> **Work required**: Exactly the lines below from the one with "v32 (105.976165,-12.954,-142.690999)" up to and including the one with "e53 v37 v38 LINE" make up the answer, with nothing else added.

Stored items
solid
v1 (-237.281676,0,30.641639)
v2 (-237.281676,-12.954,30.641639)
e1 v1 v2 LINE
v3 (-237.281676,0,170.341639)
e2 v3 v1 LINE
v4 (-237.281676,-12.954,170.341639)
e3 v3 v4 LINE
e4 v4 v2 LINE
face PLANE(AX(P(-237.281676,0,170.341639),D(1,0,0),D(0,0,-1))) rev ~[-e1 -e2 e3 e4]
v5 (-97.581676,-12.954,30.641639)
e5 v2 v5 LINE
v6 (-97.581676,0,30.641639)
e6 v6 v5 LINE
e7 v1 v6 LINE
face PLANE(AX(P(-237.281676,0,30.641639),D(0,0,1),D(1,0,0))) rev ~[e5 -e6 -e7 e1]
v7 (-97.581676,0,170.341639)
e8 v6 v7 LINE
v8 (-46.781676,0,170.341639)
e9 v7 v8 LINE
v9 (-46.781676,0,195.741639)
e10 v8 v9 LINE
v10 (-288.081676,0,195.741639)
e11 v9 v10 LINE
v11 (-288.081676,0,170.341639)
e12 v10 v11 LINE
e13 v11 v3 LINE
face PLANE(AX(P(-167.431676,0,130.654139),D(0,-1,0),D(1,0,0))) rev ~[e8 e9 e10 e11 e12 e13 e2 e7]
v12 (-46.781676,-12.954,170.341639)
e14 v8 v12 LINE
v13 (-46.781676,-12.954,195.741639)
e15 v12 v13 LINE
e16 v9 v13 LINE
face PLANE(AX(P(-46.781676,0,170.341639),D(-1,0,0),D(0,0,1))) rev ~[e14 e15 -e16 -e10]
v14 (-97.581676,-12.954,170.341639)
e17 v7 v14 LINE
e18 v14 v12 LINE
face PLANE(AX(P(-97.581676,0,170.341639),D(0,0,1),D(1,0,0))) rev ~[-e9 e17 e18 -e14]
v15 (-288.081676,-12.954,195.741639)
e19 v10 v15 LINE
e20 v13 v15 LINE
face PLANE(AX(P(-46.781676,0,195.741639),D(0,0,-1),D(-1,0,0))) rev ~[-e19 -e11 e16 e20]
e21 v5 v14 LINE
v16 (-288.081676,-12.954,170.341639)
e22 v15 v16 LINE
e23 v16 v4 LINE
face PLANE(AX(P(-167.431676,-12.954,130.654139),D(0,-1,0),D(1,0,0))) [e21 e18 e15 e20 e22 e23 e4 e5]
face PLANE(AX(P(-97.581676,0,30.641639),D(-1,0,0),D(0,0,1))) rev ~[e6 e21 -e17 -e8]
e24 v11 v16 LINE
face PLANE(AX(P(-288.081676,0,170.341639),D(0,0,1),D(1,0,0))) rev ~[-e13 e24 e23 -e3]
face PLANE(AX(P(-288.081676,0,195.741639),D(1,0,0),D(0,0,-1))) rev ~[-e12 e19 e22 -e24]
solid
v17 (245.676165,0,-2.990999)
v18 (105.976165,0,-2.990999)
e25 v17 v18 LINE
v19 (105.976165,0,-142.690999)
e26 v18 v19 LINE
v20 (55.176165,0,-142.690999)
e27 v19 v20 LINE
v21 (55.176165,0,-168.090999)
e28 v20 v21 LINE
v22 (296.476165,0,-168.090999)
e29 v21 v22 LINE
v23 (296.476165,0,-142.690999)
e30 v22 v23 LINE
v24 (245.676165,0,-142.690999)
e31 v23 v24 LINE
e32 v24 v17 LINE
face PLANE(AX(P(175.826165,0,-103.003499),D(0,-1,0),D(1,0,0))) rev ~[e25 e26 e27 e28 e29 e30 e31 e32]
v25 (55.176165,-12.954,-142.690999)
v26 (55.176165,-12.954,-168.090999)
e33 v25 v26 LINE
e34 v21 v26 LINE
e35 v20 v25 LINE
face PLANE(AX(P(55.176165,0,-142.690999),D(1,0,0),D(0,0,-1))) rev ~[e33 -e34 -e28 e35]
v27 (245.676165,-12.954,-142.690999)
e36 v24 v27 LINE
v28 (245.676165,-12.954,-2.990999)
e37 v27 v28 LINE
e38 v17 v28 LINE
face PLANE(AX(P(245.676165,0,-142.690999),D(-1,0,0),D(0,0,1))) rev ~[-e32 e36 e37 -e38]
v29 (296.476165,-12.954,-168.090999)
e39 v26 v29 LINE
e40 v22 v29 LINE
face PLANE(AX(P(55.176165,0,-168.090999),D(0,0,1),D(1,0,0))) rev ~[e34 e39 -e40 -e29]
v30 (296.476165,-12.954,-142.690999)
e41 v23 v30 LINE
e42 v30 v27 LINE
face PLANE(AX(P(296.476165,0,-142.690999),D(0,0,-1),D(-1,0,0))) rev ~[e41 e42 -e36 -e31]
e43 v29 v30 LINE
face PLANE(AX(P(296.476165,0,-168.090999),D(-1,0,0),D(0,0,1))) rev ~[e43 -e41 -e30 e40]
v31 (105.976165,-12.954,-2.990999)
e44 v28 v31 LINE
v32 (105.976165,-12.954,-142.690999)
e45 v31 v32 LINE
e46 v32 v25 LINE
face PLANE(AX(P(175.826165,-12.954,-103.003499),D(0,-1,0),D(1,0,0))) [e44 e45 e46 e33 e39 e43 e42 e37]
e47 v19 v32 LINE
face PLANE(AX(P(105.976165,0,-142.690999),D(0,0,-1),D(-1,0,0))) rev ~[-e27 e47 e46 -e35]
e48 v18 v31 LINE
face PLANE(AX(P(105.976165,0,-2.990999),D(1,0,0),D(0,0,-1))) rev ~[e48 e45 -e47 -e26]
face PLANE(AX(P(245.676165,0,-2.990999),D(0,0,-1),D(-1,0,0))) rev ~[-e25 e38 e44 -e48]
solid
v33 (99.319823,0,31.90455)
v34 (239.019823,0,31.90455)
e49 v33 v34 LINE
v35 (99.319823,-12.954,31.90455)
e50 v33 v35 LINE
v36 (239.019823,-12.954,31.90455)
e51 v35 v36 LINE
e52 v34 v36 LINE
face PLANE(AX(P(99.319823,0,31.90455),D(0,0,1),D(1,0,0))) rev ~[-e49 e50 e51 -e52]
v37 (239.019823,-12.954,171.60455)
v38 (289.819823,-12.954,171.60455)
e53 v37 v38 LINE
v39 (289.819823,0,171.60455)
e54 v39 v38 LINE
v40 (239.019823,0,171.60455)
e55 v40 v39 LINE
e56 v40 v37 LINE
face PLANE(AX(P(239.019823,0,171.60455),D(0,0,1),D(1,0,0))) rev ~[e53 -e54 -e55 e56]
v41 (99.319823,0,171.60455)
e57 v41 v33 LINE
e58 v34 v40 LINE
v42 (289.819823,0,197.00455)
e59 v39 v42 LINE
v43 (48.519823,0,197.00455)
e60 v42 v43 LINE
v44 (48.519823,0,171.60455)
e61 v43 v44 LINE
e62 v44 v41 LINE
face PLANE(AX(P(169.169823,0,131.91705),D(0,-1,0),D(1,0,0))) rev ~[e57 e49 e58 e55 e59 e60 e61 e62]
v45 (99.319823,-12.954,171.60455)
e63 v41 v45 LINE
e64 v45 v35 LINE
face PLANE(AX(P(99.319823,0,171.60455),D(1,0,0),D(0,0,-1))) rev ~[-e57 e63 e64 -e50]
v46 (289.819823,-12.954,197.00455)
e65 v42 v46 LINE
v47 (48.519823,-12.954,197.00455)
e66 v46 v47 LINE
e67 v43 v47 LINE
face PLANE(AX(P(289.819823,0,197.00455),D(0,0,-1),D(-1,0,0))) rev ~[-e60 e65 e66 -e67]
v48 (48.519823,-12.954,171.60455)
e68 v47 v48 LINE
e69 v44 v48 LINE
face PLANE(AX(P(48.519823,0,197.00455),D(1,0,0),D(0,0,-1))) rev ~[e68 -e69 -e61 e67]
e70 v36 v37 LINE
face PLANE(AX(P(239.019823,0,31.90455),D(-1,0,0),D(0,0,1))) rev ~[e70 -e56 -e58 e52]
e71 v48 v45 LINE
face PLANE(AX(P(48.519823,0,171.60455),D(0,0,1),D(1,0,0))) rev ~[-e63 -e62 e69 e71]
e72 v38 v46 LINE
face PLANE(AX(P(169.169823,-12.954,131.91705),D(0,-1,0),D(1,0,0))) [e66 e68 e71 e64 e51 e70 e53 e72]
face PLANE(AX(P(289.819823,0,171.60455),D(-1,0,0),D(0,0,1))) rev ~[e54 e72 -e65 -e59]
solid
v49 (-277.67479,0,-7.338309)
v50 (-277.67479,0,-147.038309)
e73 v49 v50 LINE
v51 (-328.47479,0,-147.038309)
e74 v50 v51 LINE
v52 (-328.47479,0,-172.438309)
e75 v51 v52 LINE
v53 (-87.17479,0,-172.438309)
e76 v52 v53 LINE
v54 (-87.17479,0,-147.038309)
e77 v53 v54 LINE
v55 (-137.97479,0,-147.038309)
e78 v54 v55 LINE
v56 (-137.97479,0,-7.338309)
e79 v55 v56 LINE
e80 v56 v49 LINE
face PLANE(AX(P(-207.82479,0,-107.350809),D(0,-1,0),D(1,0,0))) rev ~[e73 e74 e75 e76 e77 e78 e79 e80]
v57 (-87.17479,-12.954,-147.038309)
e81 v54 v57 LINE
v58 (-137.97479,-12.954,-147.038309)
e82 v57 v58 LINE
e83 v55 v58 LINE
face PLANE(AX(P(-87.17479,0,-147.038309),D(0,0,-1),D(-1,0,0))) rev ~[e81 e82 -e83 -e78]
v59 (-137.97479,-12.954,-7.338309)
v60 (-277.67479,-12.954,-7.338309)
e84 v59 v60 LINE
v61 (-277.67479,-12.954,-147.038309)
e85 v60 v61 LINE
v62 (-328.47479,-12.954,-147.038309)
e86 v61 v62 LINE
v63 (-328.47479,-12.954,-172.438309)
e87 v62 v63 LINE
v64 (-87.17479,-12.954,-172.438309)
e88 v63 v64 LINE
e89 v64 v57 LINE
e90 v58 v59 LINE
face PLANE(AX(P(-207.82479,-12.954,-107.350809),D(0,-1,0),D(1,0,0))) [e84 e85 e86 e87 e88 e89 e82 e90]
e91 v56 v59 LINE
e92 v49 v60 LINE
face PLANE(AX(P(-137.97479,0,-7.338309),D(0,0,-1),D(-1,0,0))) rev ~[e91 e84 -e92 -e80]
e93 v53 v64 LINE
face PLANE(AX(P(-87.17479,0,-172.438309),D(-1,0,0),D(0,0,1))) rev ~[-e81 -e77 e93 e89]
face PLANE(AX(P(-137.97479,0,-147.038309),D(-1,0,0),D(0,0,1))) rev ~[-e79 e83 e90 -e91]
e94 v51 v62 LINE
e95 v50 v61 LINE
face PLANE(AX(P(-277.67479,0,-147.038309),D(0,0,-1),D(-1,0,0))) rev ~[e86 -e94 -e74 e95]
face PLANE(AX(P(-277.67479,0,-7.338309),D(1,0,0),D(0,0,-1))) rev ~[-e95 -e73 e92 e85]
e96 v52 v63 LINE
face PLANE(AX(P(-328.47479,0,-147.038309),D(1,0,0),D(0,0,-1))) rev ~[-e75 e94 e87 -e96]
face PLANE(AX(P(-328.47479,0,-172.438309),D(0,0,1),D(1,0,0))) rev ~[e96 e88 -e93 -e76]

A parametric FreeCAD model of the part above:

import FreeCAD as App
import Part
import Sketcher

V = App.Vector
Q = App.Units.Quantity

doc = App.newDocument("Part")
body = doc.addObject("PartDesign::Body", "Body")
body.AllowCompound = True

# Sketch on XZ plane
sketch1 = body.newObject("Sketcher::SketchObject", "Sketch")
sketch1.AttachmentSupport = (doc.getObject("XZ_Plane"), [""])
sketch1.MapMode = "FlatFace"
sketch1.addGeometry(Part.LineSegment(V(-237, 170, 0), V(-237, 31, 0)), False)
sketch1.addGeometry(Part.LineSegment(V(-237, 31, 0), V(-98, 31, 0)), False)
sketch1.addGeometry(Part.LineSegment(V(-98, 31, 0), V(-98, 170, 0)), False)
sketch1.addGeometry(Part.LineSegment(V(-98, 170, 0), V(-47, 170, 0)), False)
sketch1.addGeometry(Part.LineSegment(V(-47, 170, 0), V(-47, 196, 0)), False)
sketch1.addGeometry(Part.LineSegment(V(-47, 196, 0), V(-288, 196, 0)), False)
sketch1.addGeometry(Part.LineSegment(V(-288, 196, 0), V(-288, 170, 0)), False)
sketch1.addGeometry(Part.LineSegment(V(-288, 170, 0), V(-237, 170, 0)), False)
sketch1.addGeometry(Part.LineSegment(V(99, 32, 0), V(239, 32, 0)), False)
sketch1.addGeometry(Part.LineSegment(V(239, 32, 0), V(239, 172, 0)), False)
sketch1.addGeometry(Part.LineSegment(V(239, 172, 0), V(290, 172, 0)), False)
sketch1.addGeometry(Part.LineSegment(V(290, 172, 0), V(290, 197, 0)), False)
sketch1.addGeometry(Part.LineSegment(V(290, 197, 0), V(49, 197, 0)), False)
sketch1.addGeometry(Part.LineSegment(V(49, 197, 0), V(49, 172, 0)), False)
sketch1.addGeometry(Part.LineSegment(V(49, 172, 0), V(99, 172, 0)), False)
sketch1.addGeometry(Part.LineSegment(V(99, 172, 0), V(99, 32, 0)), False)
sketch1.addGeometry(Part.LineSegment(V(-138, -7, 0), V(-278, -7, 0)), False)
sketch1.addGeometry(Part.LineSegment(V(-278, -7, 0), V(-278, -147, 0)), False)
sketch1.addGeometry(Part.LineSegment(V(-278, -147, 0), V(-328, -147, 0)), False)
sketch1.addGeometry(Part.LineSegment(V(-328, -147, 0), V(-328, -172, 0)), False)
sketch1.addGeometry(Part.LineSegment(V(-328, -172, 0), V(-87, -172, 0)), False)
sketch1.addGeometry(Part.LineSegment(V(-87, -172, 0), V(-87, -147, 0)), False)
sketch1.addGeometry(Part.LineSegment(V(-87, -147, 0), V(-138, -147, 0)), False)
sketch1.addGeometry(Part.LineSegment(V(-138, -147, 0), V(-138, -7, 0)), False)
sketch1.addGeometry(Part.LineSegment(V(246, -143, 0), V(246, -3, 0)), False)
sketch1.addGeometry(Part.LineSegment(V(246, -3, 0), V(106, -3, 0)), False)
sketch1.addGeometry(Part.LineSegment(V(106, -3, 0), V(106, -143, 0)), False)
sketch1.addGeometry(Part.LineSegment(V(106, -143, 0), V(55, -143, 0)), False)
sketch1.addGeometry(Part.LineSegment(V(55, -143, 0), V(55, -168, 0)), False)
sketch1.addGeometry(Part.LineSegment(V(55, -168, 0), V(296, -168, 0)), False)
sketch1.addGeometry(Part.LineSegment(V(296, -168, 0), V(296, -143, 0)), False)
sketch1.addGeometry(Part.LineSegment(V(296, -143, 0), V(246, -143, 0)), False)
sketch1.addConstraint(Sketcher.Constraint("Coincident", 0, 2, 1, 1))
sketch1.addConstraint(Sketcher.Constraint("Coincident", 1, 2, 2, 1))
sketch1.addConstraint(Sketcher.Constraint("Coincident", 2, 2, 3, 1))
sketch1.addConstraint(Sketcher.Constraint("Coincident", 3, 2, 4, 1))
sketch1.addConstraint(Sketcher.Constraint("Coincident", 4, 2, 5, 1))
sketch1.addConstraint(Sketcher.Constraint("Coincident", 5, 2, 6, 1))
sketch1.addConstraint(Sketcher.Constraint("Coincident", 6, 2, 7, 1))
sketch1.addConstraint(Sketcher.Constraint("Coincident", 7, 2, 0, 1))
sketch1.addConstraint(Sketcher.Constraint("Coincident", 8, 2, 9, 1))
sketch1.addConstraint(Sketcher.Constraint("Coincident", 9, 2, 10, 1))
sketch1.addConstraint(Sketcher.Constraint("Coincident", 10, 2, 11, 1))
sketch1.addConstraint(Sketcher.Constraint("Coincident", 11, 2, 12, 1))
sketch1.addConstraint(Sketcher.Constraint("Coincident", 12, 2, 13, 1))
sketch1.addConstraint(Sketcher.Constraint("Coincident", 13, 2, 14, 1))
sketch1.addConstraint(Sketcher.Constraint("Coincident", 14, 2, 15, 1))
sketch1.addConstraint(Sketcher.Constraint("Coincident", 15, 2, 8, 1))
sketch1.addConstraint(Sketcher.Constraint("Coincident", 16, 2, 17, 1))
sketch1.addConstraint(Sketcher.Constraint("Coincident", 17, 2, 18, 1))
sketch1.addConstraint(Sketcher.Constraint("Coincident", 18, 2, 19, 1))
sketch1.addConstraint(Sketcher.Constraint("Coincident", 19, 2, 20, 1))
sketch1.addConstraint(Sketcher.Constraint("Coincident", 20, 2, 21, 1))
sketch1.addConstraint(Sketcher.Constraint("Coincident", 21, 2, 22, 1))
sketch1.addConstraint(Sketcher.Constraint("Coincident", 22, 2, 23, 1))
sketch1.addConstraint(Sketcher.Constraint("Coincident", 23, 2, 16, 1))
sketch1.addConstraint(Sketcher.Constraint("Coincident", 24, 2, 25, 1))
sketch1.addConstraint(Sketcher.Constraint("Coincident", 25, 2, 26, 1))
sketch1.addConstraint(Sketcher.Constraint("Coincident", 26, 2, 27, 1))
sketch1.addConstraint(Sketcher.Constraint("Coincident", 27, 2, 28, 1))
sketch1.addConstraint(Sketcher.Constraint("Coincident", 28, 2, 29, 1))
sketch1.addConstraint(Sketcher.Constraint("Coincident", 29, 2, 30, 1))
sketch1.addConstraint(Sketcher.Constraint("Coincident", 30, 2, 31, 1))
sketch1.addConstraint(Sketcher.Constraint("Coincident", 31, 2, 24, 1))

> **Written response**:
v32 (105.976165,-12.954,-142.690999)
e45 v31 v32 LINE
e46 v32 v25 LINE
face PLANE(AX(P(175.826165,-12.954,-103.003499),D(0,-1,0),D(1,0,0))) [e44 e45 e46 e33 e39 e43 e42 e37]
e47 v19 v32 LINE
face PLANE(AX(P(105.976165,0,-142.690999),D(0,0,-1),D(-1,0,0))) rev ~[-e27 e47 e46 -e35]
e48 v18 v31 LINE
face PLANE(AX(P(105.976165,0,-2.990999),D(1,0,0),D(0,0,-1))) rev ~[e48 e45 -e47 -e26]
face PLANE(AX(P(245.676165,0,-2.990999),D(0,0,-1),D(-1,0,0))) rev ~[-e25 e38 e44 -e48]
solid
v33 (99.319823,0,31.90455)
v34 (239.019823,0,31.90455)
e49 v33 v34 LINE
v35 (99.319823,-12.954,31.90455)
e50 v33 v35 LINE
v36 (239.019823,-12.954,31.90455)
e51 v35 v36 LINE
e52 v34 v36 LINE
face PLANE(AX(P(99.319823,0,31.90455),D(0,0,1),D(1,0,0))) rev ~[-e49 e50 e51 -e52]
v37 (239.019823,-12.954,171.60455)
v38 (289.819823,-12.954,171.60455)
e53 v37 v38 LINE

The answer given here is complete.